━━━━━ Task inputs

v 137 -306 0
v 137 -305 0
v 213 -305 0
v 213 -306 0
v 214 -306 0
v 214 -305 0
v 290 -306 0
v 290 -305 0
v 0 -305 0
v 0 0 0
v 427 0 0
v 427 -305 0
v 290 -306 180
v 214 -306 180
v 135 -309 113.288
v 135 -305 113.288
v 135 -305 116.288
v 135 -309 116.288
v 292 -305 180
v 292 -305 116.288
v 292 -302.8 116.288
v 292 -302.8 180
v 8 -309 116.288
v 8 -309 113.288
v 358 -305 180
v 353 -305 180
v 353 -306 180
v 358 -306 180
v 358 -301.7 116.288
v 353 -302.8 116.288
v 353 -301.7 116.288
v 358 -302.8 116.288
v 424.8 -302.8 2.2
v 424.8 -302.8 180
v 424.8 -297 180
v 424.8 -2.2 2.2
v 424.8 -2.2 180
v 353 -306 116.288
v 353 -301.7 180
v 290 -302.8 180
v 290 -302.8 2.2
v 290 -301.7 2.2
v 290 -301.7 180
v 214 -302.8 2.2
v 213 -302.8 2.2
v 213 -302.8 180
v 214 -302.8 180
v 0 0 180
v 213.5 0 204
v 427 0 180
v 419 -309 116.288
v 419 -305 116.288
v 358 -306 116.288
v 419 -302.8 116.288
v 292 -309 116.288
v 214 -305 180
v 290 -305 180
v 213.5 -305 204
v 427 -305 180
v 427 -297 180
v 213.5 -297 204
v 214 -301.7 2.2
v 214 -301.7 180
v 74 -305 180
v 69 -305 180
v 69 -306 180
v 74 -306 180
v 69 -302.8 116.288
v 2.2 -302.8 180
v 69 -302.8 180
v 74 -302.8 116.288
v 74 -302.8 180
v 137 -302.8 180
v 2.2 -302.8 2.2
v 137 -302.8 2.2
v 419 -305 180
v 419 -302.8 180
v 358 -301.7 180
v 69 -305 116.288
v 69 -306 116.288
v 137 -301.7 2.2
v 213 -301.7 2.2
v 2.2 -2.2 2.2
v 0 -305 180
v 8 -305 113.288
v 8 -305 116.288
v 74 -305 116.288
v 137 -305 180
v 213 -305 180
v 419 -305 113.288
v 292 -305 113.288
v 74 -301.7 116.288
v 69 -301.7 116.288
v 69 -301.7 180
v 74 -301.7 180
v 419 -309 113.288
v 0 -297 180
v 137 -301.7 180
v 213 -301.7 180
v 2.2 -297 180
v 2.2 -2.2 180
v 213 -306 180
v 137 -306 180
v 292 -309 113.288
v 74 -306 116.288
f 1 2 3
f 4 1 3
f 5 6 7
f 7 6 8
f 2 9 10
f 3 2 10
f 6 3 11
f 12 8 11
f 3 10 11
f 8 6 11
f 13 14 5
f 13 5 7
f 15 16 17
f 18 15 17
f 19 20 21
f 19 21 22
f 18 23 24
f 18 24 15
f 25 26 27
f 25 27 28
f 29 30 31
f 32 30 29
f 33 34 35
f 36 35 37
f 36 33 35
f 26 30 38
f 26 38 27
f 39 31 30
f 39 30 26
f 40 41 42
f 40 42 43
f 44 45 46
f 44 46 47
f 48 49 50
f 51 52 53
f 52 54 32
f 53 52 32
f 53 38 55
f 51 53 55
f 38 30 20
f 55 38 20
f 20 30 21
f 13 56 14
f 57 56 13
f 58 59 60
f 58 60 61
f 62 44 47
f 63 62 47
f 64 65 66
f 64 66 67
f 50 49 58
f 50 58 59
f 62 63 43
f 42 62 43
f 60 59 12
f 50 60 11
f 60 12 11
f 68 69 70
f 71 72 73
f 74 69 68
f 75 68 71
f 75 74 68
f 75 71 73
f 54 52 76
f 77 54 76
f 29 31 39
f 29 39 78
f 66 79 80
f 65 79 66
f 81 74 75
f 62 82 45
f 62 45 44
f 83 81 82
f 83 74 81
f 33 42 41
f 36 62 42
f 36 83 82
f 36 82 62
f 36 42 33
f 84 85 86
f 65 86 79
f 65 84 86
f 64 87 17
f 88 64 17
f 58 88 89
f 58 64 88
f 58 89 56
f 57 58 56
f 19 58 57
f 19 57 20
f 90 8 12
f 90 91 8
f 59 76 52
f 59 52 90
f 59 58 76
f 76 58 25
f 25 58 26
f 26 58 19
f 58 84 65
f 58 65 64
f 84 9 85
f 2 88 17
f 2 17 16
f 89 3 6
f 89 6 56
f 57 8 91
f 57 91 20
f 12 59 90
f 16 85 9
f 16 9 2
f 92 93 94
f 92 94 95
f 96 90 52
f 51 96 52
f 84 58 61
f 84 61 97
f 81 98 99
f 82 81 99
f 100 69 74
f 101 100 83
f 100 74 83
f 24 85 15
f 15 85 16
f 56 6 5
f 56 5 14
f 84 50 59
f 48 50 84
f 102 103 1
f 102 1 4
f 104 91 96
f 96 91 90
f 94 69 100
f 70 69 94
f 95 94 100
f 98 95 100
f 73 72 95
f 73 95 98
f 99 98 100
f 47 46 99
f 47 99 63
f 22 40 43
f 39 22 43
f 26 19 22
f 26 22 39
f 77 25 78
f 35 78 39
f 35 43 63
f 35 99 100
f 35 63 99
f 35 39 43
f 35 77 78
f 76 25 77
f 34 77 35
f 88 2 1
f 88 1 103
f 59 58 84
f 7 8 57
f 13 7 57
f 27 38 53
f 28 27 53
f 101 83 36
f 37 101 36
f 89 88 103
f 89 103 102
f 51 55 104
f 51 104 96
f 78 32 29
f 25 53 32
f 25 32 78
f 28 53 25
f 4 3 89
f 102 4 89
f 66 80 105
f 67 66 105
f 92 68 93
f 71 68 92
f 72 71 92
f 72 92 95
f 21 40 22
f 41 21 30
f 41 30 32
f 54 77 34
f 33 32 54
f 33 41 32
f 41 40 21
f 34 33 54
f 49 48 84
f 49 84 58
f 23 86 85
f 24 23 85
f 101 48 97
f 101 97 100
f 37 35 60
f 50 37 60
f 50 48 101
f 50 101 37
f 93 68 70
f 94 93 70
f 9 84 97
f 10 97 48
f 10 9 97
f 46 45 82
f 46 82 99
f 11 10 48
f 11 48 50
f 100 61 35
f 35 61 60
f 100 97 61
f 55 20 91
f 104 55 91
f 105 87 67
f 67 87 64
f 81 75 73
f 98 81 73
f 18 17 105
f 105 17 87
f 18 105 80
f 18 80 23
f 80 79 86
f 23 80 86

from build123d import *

# Parameters (mm, degrees)
F0_W          = 427
F0_H          = 305
F0_W_2        = 422.6
F0_H_2        = 300.6
F1_DEPTH      = 180
F2_DEPTH      = 2.2
F3_W          = 76
F3_H          = 180
F3_W_2        = 5
F3_H_2        = 63.7124854326
F4_DEPTH      = 1
F4_DEPTH_BACK = 3.3
F3_W_3        = 61
F5_DEPTH      = 25
F6_DEPTH      = 8
F7_DEPTH      = 4
F9_DEPTH      = 305


# Not quite as in the source:
# - a feature names something its author has since deleted; it is built from what else it names
# - the program builds the solid bodies; features that only make, move or delete a surface that nothing else refers to are left out


with BuildPart() as f1:
    # F0 (on Top) → F1 (new body)
    with BuildSketch(Plane.XY):
        with Locations((213.5, -152.5)):
            Rectangle(F0_W, F0_H)
        with Locations((213.5, -152.5)):
            Rectangle(F0_W_2, F0_H_2, mode=Mode.SUBTRACT)
    extrude(amount=F1_DEPTH)

    # F0 (on Top) → F2 (join)
    with BuildSketch(Plane.XY):
        with Locations((213.5, -152.5)):
            Rectangle(F0_W_2, F0_H_2)
    extrude(amount=F2_DEPTH)

    # F3 (on face) → F4 (join, two sides)
    with BuildSketch(Plane.XZ.offset(305)) as f4_sk:
        with Locations((175, 90)):
            Rectangle(F3_W, F3_H)
        with Locations((252, 90)):
            Rectangle(F3_W, F3_H)
        with Locations((71.5, 148.1437572837)):
            Rectangle(F3_W_2, F3_H_2)
        with Locations((355.5, 148.1437572837)):
            Rectangle(F3_W_2, F3_H_2)
    extrude(amount=F4_DEPTH)
    extrude(f4_sk.sketch, amount=-F4_DEPTH_BACK)

    # F3 (on face) → F5 (cut)
    with BuildSketch(Plane.XZ.offset(305)):
        Polygon((135, 180), (137, 180), (213, 180), (214, 180), (290, 180), (292, 180), (353, 180), (358, 180), (419, 180), (427, 180), (213.5, 204), (0, 180), (8, 180), (69, 180), (74, 180), align=None)
        with Locations((322.5, 148.1437572837)):
            Rectangle(F3_W_3, F3_H_2)
        with Locations((388.5, 148.1437572837)):
            Rectangle(F3_W_3, F3_H_2)
    extrude(amount=-F5_DEPTH, mode=Mode.SUBTRACT)

    # F3 (on face) → F6 (join)
    with BuildSketch(Plane.XZ.offset(305)):
        Polygon((135, 180), (137, 180), (213, 180), (214, 180), (290, 180), (292, 180), (353, 180), (358, 180), (419, 180), (427, 180), (213.5, 204), (0, 180), (8, 180), (69, 180), (74, 180), align=None)
    extrude(amount=-F6_DEPTH)

    # F3 (on face) → F7 (join)
    with BuildSketch(Plane.XZ.offset(305)):
        Polygon((353, 116.2875145674), (292, 116.2875145674), (292, 113.2875145674), (419, 113.2875145674), (419, 116.2875145674), (358, 116.2875145674), align=None)
        Polygon((135, 113.2875145674), (135, 116.2875145674), (74, 116.2875145674), (69, 116.2875145674), (8, 116.2875145674), (8, 113.2875145674), align=None)
    extrude(amount=F7_DEPTH)


with BuildPart() as f9:
    # F8 (on face) → F9 (new body)
    with BuildSketch(Plane(origin=(0, 0, 0), x_dir=(-1, 0, 0), z_dir=(0, 1, 0))):
        Polygon((-213.5, 204), (-427, 180), (0, 180), align=None)
    extrude(amount=-F9_DEPTH)


solid = Compound([f1.part, f9.part])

━━━━━━━━━━

Brief:
When the line with "v 8 -309 113.288" is reached in the data above, begin copying, and stop after the line with "v 427 -305 180"; copy each line exactly, both ends included.

Written response:
v 8 -309 113.288
v 358 -305 180
v 353 -305 180
v 353 -306 180
v 358 -306 180
v 358 -301.7 116.288
v 353 -302.8 116.288
v 353 -301.7 116.288
v 358 -302.8 116.288
v 424.8 -302.8 2.2
v 424.8 -302.8 180
v 424.8 -297 180
v 424.8 -2.2 2.2
v 424.8 -2.2 180
v 353 -306 116.288
v 353 -301.7 180
v 290 -302.8 180
v 290 -302.8 2.2
v 290 -301.7 2.2
v 290 -301.7 180
v 214 -302.8 2.2
v 213 -302.8 2.2
v 213 -302.8 180
v 214 -302.8 180
v 0 0 180
v 213.5 0 204
v 427 0 180
v 419 -309 116.288
v 419 -305 116.288
v 358 -306 116.288
v 419 -302.8 116.288
v 292 -309 116.288
v 214 -305 180
v 290 -305 180
v 213.5 -305 204
v 427 -305 180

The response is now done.